The Census Bureau has recently begun research into the introduction of an additional step in the weighting procedure based on linking administrative data to housing units on the MAF. This step, which involves a calibration weighting adjustment applied just to the linked units, can be applied at the tract level (Fay, 2005, 2006). The initial goal of this research was to improve the precision of 5-year estimates for tracts, but, if successful, it could improve the precision of estimates for subcounty areas more generally. Elsewhere in this report the panel has pointed out the need to improve the precision of ACS estimates for small geographical areas. Thus, this line of research warrants further investigation.
Recommendation 6-1: The Census Bureau should conduct research to examine the bias and variance properties of the planned multiyear weighting scheme and compare these properties with those of some alternative schemes.
6-C
ESTIMATION OF CHANGE OVER TIME
The production of estimates every year, rather than every 10 years as with the decennial census long-form sample, is a major asset of the ACS. Users will be able to study changes in estimates over the years. For areas for which 1-year estimates are provided, users will have a time series of 1-year estimates from which annual, biannual, and other changes are easily obtained, and to which more sophisticated methods of time series analysis can be applied. The Census Bureau will also provide margins of error for changes from one year to the next. With areas for which only multiyear period estimates are produced, the study of change over time is more complicated.
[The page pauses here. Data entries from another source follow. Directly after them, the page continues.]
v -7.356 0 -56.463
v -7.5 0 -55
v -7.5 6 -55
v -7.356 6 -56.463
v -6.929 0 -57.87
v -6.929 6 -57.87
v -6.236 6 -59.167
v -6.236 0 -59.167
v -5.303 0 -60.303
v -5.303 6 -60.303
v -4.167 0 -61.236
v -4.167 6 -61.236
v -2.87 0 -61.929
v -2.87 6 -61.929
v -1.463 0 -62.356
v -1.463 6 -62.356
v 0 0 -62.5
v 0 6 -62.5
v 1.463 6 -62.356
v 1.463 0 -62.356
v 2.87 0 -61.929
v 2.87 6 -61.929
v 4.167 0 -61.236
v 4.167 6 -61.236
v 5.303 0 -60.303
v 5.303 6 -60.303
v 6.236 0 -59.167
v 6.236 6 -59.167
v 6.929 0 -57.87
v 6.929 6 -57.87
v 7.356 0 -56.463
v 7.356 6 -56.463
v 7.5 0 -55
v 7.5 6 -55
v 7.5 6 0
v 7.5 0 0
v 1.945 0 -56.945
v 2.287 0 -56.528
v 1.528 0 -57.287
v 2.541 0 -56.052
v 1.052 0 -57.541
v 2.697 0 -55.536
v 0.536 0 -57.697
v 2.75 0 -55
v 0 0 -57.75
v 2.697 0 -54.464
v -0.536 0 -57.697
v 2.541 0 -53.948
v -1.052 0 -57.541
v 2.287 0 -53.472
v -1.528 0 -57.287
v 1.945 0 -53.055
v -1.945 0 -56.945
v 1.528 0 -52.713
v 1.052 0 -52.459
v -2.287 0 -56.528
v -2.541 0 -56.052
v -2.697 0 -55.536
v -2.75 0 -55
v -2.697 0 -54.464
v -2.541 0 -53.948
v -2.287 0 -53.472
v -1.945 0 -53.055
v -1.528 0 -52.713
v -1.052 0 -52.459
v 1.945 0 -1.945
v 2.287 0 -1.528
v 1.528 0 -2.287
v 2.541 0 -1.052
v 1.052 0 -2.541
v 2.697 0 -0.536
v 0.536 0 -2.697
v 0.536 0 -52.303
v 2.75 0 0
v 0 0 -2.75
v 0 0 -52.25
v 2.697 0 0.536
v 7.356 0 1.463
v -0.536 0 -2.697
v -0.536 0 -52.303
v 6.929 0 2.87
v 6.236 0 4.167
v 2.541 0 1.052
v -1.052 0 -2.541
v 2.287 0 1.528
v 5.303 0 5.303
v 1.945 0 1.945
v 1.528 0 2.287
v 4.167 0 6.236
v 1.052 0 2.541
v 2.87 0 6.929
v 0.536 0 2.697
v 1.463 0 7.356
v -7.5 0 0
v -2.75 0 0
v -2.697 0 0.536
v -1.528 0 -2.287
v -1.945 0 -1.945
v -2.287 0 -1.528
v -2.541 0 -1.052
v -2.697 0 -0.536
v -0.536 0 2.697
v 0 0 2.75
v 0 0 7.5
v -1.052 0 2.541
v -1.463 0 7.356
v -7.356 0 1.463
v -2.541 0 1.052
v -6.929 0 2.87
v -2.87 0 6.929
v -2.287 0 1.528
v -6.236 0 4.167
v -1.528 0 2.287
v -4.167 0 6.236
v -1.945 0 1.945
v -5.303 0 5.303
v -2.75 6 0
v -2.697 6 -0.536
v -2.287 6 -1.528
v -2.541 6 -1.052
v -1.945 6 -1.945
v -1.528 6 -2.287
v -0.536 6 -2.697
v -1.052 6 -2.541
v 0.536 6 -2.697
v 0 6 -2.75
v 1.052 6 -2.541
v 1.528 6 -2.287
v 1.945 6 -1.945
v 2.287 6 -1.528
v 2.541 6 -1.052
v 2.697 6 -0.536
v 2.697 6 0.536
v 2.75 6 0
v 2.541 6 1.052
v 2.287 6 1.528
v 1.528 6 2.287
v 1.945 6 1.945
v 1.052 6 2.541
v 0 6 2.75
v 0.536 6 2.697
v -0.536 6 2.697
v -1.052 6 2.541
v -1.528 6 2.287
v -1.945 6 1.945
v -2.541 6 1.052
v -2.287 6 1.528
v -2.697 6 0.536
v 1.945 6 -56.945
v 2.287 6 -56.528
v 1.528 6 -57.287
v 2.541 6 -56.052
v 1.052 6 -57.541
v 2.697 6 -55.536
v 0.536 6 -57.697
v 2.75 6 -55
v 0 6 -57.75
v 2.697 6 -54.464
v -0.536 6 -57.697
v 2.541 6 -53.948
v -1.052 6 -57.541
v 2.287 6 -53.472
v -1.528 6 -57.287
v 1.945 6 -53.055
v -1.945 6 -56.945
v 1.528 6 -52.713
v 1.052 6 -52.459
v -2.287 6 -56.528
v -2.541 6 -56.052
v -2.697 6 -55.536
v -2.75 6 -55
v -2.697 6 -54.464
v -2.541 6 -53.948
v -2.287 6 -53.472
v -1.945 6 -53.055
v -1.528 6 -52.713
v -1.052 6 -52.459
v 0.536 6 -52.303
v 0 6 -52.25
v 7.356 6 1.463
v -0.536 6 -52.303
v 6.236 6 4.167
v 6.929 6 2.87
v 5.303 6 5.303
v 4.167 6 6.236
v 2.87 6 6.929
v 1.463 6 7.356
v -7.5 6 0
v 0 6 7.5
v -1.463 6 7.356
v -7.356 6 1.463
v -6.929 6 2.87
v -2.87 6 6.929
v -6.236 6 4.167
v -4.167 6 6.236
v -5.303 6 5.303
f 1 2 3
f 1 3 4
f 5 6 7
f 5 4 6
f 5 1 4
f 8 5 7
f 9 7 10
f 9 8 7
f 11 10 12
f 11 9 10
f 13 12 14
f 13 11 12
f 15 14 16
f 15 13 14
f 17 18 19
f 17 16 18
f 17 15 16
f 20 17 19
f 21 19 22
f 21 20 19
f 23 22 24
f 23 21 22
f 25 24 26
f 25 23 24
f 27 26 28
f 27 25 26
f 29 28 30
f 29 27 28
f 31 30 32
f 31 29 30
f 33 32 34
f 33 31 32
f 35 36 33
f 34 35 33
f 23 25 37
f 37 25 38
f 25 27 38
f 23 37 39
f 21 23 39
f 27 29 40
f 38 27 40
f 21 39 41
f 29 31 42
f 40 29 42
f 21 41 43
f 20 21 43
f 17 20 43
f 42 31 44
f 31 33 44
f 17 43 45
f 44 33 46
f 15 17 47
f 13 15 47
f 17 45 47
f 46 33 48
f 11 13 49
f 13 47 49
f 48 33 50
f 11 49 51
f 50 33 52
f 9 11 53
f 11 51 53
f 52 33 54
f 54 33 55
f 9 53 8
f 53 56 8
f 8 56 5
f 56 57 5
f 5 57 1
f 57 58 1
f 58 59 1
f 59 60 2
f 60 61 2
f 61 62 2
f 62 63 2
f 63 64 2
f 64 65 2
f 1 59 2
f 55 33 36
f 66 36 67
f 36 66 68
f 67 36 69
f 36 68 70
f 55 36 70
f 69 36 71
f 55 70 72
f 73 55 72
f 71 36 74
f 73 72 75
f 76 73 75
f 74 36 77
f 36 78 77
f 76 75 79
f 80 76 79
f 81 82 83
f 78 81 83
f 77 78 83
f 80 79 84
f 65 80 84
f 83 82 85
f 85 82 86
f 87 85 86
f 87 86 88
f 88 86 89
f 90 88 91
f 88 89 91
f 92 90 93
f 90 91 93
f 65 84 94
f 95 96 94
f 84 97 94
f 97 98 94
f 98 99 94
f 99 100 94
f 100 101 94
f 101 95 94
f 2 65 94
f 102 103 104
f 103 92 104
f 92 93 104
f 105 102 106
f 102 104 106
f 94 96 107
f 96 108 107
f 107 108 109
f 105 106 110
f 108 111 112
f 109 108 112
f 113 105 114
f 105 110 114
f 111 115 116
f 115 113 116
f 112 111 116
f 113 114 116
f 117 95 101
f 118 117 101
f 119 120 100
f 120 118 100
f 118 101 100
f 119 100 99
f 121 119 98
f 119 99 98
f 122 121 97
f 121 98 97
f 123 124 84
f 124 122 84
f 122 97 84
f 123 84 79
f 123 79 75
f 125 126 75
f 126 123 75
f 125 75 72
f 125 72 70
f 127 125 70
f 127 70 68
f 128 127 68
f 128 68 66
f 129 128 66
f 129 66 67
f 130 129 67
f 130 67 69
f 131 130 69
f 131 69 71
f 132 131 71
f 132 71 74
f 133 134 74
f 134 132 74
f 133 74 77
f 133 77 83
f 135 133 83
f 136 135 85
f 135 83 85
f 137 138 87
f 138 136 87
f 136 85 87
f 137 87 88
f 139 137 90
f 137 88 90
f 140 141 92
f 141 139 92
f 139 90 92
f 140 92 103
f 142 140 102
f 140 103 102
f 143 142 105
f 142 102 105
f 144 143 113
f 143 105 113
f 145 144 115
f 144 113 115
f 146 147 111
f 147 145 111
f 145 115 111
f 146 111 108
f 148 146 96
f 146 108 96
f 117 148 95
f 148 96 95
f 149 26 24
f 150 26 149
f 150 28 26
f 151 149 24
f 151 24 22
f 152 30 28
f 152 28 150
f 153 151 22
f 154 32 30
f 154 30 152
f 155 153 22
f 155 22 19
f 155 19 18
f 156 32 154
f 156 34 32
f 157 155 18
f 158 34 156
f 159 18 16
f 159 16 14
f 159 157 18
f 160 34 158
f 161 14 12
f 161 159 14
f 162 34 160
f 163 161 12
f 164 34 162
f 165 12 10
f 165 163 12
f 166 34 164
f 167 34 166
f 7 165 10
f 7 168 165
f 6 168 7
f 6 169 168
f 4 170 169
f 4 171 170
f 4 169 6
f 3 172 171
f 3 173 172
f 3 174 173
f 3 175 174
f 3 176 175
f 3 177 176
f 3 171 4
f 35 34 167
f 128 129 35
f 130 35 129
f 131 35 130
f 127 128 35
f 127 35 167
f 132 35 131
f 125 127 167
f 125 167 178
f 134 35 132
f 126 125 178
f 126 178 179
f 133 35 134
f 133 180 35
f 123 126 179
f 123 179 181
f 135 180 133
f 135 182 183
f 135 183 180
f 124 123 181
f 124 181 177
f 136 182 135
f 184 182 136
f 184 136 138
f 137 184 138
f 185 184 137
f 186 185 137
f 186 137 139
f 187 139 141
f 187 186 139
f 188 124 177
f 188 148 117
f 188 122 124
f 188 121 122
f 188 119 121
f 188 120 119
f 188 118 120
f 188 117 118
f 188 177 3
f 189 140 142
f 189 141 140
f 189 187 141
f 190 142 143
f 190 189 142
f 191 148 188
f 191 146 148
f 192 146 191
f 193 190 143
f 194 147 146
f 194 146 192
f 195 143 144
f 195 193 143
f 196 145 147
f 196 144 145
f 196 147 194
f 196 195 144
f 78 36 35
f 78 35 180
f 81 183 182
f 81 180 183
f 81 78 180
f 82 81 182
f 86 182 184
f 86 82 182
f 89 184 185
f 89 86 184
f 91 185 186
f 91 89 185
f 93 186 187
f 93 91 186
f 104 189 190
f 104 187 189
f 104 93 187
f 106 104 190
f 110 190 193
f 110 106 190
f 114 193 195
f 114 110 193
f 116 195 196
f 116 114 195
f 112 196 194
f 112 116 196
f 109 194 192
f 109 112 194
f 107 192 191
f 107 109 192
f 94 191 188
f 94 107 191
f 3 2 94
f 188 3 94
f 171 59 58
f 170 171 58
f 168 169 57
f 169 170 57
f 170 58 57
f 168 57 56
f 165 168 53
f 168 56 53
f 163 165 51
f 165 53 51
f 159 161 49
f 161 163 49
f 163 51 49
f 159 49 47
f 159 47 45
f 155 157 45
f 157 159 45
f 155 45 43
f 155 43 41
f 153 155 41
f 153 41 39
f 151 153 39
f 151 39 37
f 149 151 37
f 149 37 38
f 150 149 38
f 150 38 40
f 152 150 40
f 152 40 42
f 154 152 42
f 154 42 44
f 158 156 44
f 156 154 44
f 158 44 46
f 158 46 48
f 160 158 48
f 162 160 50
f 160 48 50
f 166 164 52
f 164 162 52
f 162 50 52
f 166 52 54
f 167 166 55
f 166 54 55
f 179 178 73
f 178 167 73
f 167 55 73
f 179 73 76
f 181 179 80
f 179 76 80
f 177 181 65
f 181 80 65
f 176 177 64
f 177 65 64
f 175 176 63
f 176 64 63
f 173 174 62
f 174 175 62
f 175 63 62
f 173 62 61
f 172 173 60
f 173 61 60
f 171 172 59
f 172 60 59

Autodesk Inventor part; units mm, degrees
ref_plane "YZ Plane" through (0, 0, 0) normal (1, 0, 0) x (0, 1, 0)
ref_plane "XZ Plane" through (0, 0, 0) normal (0, 1, 0) x (-1, 0, 0)
sketch "Sketch1" plane through (0, 0, 0) normal (0, 1, 0) x (-1, 0, 0)
  circle A0 centre (0, 0) radius 2.75
  line L0 (0, 0) -> (0, -55) construction
  circle A1 centre (0, -55) radius 2.75
  line L1 (0, 0) -> (0, -55) construction
  line L2 (-7.5, 0) -> (-7.5, -55)
  line L3 (7.5, -55) -> (7.5, 0)
  arc A2 (7.5, 0) -> (-7.5, 0) centre (0, 0) ccw
  arc A3 (-7.5, -55) -> (7.5, -55) centre (0, -55) ccw
  point P0 (0, -27.5)
  dimension "d0" = 5.5
  dimension "d1" = 55
  dimension "d2" = 5.5
  dimension "d3" = 15
extrude "Extrusion1" add sketch "Sketch1" along normal blind 6
ref_plane "Work Plane1" through (0, 0, -27.5) normal (0, 0, 1) x (1, 0, 0)
properties part number "BaseTensionBracket" material "Aluminum 6061"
There are two main questions to be addressed in assessing changes in multiyear period estimates over time: (1) How is the change between two multiyear estimates to be interpreted (that is, what is the estimand)? (2) What is the precision of the estimated change? Two simplifying assumptions help to convey the essential points to be made in answering these questions. One is that each multiyear estimate for an area is a simple average of its 1-year estimates. This assumption is approximately valid for areas with populations that change little over time. The second assumption is that the precision of the 1-year estimates remains the same over time. Given the first assumption, the second assumption is a reasonable approximation, even though, when estimating a proportion (for example, the proportion poor), the magnitude of an estimate’s sample error depends on the value of the proportion.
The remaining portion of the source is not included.